▸ **ACTIVITY**
Among the lines below, a stretch begins at the one with "#138=FACE_BOUND('',#137,.T.);" and ends at the one with "#180=ORIENTED_EDGE('',*,*,#161,.T.);". Repeat that stretch exactly, ends included.

(MATERIAL PROVIDED Opens)

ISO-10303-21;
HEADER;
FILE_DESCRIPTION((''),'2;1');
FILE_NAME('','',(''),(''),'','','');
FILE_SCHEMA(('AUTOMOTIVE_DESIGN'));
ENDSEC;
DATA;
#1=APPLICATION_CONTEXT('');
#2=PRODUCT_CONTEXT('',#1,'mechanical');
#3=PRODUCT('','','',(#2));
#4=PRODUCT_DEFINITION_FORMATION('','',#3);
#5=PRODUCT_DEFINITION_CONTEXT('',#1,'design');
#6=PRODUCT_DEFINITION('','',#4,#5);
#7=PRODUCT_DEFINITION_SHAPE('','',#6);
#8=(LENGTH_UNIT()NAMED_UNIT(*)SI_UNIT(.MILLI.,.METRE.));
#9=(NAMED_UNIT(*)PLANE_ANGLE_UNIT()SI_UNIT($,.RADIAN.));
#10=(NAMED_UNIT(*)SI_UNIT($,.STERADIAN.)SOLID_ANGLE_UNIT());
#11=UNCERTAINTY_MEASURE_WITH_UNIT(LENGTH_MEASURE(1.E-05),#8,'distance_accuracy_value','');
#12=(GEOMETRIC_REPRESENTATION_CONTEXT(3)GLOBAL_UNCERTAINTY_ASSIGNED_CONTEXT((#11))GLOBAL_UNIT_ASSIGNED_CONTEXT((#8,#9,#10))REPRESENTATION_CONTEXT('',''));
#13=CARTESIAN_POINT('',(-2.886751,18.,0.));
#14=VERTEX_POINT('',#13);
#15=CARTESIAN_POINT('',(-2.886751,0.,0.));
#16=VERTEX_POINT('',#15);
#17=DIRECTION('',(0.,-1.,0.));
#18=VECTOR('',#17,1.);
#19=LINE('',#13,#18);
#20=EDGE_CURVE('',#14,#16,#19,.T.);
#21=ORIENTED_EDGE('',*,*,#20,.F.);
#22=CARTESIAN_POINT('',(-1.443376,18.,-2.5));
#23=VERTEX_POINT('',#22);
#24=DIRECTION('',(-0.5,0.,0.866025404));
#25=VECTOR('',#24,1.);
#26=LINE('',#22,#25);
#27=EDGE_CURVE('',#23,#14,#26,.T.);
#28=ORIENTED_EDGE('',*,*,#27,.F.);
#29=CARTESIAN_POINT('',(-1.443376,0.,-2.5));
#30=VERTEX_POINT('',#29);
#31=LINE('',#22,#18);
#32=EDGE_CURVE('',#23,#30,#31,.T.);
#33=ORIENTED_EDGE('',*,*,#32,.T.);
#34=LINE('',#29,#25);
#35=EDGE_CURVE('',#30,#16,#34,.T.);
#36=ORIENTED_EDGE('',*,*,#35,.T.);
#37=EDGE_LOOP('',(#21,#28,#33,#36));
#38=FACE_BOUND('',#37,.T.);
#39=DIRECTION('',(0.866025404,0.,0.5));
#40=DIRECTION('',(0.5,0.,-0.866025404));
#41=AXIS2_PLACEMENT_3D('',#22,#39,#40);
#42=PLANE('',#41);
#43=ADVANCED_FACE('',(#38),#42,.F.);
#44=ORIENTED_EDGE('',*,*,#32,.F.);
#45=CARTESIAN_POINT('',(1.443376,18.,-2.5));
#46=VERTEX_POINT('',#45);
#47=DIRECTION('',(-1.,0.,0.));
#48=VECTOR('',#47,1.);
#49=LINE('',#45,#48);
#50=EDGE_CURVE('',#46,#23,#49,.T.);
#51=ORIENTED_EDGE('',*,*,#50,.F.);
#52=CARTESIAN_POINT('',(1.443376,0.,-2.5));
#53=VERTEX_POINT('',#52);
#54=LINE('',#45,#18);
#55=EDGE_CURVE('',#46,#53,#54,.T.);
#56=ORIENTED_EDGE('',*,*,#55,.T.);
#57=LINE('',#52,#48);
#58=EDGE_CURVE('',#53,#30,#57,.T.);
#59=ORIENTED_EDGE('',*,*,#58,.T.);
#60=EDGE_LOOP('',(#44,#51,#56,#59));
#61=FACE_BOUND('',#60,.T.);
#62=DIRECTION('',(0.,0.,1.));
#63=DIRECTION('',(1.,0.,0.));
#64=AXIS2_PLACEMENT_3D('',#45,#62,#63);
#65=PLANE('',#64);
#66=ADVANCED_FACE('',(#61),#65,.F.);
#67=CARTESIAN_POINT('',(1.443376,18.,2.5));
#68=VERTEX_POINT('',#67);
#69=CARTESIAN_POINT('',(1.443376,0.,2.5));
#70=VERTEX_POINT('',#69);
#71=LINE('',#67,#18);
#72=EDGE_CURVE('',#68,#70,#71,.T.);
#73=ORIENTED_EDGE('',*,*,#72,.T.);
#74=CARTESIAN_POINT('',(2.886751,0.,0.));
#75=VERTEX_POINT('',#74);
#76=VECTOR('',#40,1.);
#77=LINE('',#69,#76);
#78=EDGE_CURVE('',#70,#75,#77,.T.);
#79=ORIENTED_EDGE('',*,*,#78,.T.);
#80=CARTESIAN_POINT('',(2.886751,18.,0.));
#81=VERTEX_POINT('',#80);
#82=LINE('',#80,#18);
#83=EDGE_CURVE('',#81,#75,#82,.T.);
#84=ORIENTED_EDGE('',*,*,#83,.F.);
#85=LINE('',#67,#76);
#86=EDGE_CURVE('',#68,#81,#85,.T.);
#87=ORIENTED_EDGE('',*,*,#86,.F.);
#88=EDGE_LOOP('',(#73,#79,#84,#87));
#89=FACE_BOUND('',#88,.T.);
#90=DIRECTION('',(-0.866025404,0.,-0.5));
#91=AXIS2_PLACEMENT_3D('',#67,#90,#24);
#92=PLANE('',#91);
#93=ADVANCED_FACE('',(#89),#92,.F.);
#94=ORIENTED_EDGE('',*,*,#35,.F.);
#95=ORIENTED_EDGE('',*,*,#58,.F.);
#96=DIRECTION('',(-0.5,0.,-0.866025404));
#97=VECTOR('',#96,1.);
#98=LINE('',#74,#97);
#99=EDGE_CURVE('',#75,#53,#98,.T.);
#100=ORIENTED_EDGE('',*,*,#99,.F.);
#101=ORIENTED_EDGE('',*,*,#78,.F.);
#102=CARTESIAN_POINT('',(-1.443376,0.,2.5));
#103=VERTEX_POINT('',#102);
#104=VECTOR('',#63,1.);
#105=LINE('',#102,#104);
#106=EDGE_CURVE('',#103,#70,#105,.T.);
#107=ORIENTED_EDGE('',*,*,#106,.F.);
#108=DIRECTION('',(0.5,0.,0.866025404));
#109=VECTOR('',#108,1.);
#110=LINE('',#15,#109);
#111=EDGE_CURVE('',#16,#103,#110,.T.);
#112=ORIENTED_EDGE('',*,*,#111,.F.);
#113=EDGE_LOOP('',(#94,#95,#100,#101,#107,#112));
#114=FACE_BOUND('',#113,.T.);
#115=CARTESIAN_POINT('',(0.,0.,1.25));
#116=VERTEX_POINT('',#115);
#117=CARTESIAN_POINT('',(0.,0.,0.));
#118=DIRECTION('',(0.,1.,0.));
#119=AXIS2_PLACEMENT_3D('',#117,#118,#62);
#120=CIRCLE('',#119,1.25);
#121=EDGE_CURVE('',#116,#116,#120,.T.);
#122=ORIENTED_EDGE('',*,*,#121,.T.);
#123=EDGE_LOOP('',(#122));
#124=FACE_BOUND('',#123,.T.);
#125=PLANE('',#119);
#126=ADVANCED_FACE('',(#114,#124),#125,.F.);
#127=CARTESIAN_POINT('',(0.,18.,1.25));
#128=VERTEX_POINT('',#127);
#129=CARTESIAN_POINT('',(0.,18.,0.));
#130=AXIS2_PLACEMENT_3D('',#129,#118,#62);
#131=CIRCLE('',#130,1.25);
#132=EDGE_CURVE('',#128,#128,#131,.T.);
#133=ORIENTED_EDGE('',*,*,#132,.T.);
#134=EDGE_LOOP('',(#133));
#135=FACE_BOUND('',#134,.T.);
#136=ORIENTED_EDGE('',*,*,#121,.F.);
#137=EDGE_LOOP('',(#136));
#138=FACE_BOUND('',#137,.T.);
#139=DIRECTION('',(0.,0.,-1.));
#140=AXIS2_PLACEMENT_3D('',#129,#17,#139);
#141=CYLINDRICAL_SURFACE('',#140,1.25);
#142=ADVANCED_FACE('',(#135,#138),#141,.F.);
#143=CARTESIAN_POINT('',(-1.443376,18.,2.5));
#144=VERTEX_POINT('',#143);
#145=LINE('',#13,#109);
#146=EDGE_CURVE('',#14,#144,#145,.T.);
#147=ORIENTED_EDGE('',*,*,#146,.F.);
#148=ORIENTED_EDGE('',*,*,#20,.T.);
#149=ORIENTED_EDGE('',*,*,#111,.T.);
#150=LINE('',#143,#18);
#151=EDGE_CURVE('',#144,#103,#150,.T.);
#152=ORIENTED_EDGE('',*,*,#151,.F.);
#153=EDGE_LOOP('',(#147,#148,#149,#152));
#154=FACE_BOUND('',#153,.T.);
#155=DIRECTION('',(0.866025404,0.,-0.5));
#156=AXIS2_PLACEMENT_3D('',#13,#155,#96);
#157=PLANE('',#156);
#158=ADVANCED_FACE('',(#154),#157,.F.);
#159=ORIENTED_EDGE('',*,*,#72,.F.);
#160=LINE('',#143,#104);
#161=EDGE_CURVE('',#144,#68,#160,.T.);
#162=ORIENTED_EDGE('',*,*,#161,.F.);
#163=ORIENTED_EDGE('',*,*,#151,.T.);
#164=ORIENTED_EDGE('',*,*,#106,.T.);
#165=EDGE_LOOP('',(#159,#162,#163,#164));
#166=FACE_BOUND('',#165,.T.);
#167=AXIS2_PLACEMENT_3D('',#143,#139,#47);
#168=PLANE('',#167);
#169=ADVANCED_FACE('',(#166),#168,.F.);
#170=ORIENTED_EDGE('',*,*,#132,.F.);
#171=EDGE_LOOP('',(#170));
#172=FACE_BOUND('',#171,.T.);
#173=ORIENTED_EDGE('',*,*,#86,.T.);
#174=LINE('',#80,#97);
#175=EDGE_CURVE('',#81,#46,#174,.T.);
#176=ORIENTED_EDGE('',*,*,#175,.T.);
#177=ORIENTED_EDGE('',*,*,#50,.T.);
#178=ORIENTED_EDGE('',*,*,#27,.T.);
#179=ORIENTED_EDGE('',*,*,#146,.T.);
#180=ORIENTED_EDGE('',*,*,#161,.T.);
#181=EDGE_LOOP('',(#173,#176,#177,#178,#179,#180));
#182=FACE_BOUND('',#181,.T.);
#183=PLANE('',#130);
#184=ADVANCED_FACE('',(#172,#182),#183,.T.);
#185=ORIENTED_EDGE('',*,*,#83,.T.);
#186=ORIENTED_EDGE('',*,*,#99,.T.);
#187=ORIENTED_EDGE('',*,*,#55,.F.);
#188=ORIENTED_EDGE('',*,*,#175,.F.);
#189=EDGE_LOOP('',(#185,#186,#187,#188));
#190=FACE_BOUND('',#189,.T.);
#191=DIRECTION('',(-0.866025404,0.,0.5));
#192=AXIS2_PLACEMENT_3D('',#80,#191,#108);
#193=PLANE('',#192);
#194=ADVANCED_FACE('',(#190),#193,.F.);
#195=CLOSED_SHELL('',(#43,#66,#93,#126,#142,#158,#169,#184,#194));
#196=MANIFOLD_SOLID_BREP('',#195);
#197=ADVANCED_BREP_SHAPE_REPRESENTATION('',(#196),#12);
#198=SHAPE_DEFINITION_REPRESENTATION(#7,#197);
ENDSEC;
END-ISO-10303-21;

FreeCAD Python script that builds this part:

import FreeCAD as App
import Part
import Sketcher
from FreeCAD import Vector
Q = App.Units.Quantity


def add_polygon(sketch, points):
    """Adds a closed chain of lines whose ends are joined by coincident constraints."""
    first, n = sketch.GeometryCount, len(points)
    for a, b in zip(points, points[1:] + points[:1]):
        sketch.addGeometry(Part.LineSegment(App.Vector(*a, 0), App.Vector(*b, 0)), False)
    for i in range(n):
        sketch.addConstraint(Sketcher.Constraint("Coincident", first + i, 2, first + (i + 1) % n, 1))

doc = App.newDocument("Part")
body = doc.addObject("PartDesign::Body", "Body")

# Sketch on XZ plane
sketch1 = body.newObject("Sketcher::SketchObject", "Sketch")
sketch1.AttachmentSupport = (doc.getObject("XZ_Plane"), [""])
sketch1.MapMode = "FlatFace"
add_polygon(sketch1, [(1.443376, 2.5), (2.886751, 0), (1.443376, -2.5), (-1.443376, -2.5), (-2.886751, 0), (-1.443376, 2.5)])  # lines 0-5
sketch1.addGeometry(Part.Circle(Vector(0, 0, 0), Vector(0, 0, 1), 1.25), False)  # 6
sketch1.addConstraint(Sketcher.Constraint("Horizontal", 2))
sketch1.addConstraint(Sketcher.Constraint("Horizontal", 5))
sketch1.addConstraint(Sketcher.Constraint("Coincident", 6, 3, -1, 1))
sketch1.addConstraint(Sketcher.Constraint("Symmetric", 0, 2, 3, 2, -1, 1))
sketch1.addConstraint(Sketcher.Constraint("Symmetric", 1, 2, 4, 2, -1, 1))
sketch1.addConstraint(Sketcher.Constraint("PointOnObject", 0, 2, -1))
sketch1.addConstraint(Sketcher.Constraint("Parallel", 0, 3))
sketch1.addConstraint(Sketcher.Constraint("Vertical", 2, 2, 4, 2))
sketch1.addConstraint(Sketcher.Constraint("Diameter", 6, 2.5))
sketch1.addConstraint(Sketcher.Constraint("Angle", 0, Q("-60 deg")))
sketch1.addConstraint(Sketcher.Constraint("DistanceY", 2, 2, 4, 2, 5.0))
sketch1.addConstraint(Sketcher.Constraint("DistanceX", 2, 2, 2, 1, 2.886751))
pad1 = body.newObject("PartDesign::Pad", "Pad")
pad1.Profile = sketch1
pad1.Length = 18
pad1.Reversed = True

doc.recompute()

(MATERIAL PROVIDED Closes)
(MATERIAL PROVIDED Opens)

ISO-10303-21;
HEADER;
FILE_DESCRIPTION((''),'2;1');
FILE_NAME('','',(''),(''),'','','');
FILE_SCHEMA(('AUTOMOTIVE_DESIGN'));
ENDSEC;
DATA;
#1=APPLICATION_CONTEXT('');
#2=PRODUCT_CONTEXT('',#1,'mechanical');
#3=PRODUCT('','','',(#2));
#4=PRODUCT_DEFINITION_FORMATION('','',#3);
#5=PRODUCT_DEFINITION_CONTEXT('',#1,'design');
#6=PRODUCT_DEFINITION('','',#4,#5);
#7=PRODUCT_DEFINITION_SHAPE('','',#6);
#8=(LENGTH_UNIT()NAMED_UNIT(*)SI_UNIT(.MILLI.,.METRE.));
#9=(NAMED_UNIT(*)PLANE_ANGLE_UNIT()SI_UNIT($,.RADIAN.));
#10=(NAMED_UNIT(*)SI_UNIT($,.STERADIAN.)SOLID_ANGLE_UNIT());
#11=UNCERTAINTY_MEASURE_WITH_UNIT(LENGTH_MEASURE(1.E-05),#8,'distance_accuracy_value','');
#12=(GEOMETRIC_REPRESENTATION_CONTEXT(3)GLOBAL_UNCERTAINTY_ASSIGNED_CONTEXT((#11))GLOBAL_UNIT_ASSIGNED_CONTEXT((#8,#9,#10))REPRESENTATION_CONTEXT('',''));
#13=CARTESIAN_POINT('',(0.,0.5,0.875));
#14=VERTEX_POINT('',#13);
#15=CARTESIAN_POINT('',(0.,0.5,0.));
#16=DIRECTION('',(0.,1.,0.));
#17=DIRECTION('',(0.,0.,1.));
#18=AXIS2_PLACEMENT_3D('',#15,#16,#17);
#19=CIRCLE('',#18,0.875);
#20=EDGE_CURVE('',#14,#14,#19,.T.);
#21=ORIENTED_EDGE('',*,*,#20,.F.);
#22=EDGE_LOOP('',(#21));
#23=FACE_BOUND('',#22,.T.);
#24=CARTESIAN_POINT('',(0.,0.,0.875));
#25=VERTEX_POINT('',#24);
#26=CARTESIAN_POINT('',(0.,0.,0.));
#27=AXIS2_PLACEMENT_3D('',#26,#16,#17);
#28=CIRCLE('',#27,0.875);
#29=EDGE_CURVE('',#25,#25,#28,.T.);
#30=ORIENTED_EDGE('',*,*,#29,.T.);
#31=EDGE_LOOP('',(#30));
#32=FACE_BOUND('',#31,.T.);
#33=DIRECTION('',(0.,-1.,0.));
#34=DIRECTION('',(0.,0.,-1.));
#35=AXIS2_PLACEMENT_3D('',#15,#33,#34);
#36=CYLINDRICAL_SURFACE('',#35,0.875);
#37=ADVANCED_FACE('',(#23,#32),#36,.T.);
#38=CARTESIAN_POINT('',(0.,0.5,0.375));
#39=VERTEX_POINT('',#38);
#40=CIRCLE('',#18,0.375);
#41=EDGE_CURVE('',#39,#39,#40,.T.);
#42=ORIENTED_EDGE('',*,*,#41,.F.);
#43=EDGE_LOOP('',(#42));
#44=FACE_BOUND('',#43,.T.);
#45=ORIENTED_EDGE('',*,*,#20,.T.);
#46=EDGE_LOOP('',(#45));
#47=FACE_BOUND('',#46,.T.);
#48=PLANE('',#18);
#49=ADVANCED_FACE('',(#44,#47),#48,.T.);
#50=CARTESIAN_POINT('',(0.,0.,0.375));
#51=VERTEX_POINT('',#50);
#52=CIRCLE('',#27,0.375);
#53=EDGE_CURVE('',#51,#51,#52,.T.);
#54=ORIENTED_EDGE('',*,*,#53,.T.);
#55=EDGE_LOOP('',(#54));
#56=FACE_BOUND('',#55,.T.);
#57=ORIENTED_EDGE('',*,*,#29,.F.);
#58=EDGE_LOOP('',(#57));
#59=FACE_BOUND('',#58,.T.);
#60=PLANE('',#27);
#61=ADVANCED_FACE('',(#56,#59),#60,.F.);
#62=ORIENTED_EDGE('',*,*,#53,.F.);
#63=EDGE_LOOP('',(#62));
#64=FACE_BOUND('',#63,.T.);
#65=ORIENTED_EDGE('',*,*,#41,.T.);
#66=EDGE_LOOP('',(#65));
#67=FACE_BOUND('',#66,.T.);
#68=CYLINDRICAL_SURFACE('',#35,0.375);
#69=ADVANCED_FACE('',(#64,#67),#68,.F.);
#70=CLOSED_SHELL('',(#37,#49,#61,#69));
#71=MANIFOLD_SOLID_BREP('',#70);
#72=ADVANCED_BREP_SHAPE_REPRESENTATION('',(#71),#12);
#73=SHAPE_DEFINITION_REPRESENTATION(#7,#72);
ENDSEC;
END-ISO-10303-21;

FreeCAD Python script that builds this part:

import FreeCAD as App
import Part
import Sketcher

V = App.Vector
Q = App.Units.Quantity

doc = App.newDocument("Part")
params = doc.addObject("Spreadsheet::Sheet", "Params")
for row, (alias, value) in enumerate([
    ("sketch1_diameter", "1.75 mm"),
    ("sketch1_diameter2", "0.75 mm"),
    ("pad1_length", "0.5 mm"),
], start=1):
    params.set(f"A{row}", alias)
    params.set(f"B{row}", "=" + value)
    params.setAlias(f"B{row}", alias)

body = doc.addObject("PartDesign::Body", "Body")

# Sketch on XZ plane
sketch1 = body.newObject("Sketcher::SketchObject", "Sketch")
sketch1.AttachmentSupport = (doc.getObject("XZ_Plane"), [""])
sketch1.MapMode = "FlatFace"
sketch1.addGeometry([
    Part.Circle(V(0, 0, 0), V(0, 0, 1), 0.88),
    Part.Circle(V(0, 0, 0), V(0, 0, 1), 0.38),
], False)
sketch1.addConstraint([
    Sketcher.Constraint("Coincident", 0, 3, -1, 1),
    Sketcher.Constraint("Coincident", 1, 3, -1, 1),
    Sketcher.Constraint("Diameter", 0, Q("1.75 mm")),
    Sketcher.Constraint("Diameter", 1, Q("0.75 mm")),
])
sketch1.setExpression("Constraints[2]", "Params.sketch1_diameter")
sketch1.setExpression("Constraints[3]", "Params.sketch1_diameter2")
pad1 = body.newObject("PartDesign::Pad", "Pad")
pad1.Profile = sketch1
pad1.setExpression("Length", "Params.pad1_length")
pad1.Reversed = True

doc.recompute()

(MATERIAL PROVIDED Closes)

▸ **SOLUTION**
#138=FACE_BOUND('',#137,.T.);
#139=DIRECTION('',(0.,0.,-1.));
#140=AXIS2_PLACEMENT_3D('',#129,#17,#139);
#141=CYLINDRICAL_SURFACE('',#140,1.25);
#142=ADVANCED_FACE('',(#135,#138),#141,.F.);
#143=CARTESIAN_POINT('',(-1.443376,18.,2.5));
#144=VERTEX_POINT('',#143);
#145=LINE('',#13,#109);
#146=EDGE_CURVE('',#14,#144,#145,.T.);
#147=ORIENTED_EDGE('',*,*,#146,.F.);
#148=ORIENTED_EDGE('',*,*,#20,.T.);
#149=ORIENTED_EDGE('',*,*,#111,.T.);
#150=LINE('',#143,#18);
#151=EDGE_CURVE('',#144,#103,#150,.T.);
#152=ORIENTED_EDGE('',*,*,#151,.F.);
#153=EDGE_LOOP('',(#147,#148,#149,#152));
#154=FACE_BOUND('',#153,.T.);
#155=DIRECTION('',(0.866025404,0.,-0.5));
#156=AXIS2_PLACEMENT_3D('',#13,#155,#96);
#157=PLANE('',#156);
#158=ADVANCED_FACE('',(#154),#157,.F.);
#159=ORIENTED_EDGE('',*,*,#72,.F.);
#160=LINE('',#143,#104);
#161=EDGE_CURVE('',#144,#68,#160,.T.);
#162=ORIENTED_EDGE('',*,*,#161,.F.);
#163=ORIENTED_EDGE('',*,*,#151,.T.);
#164=ORIENTED_EDGE('',*,*,#106,.T.);
#165=EDGE_LOOP('',(#159,#162,#163,#164));
#166=FACE_BOUND('',#165,.T.);
#167=AXIS2_PLACEMENT_3D('',#143,#139,#47);
#168=PLANE('',#167);
#169=ADVANCED_FACE('',(#166),#168,.F.);
#170=ORIENTED_EDGE('',*,*,#132,.F.);
#171=EDGE_LOOP('',(#170));
#172=FACE_BOUND('',#171,.T.);
#173=ORIENTED_EDGE('',*,*,#86,.T.);
#174=LINE('',#80,#97);
#175=EDGE_CURVE('',#81,#46,#174,.T.);
#176=ORIENTED_EDGE('',*,*,#175,.T.);
#177=ORIENTED_EDGE('',*,*,#50,.T.);
#178=ORIENTED_EDGE('',*,*,#27,.T.);
#179=ORIENTED_EDGE('',*,*,#146,.T.);
#180=ORIENTED_EDGE('',*,*,#161,.T.);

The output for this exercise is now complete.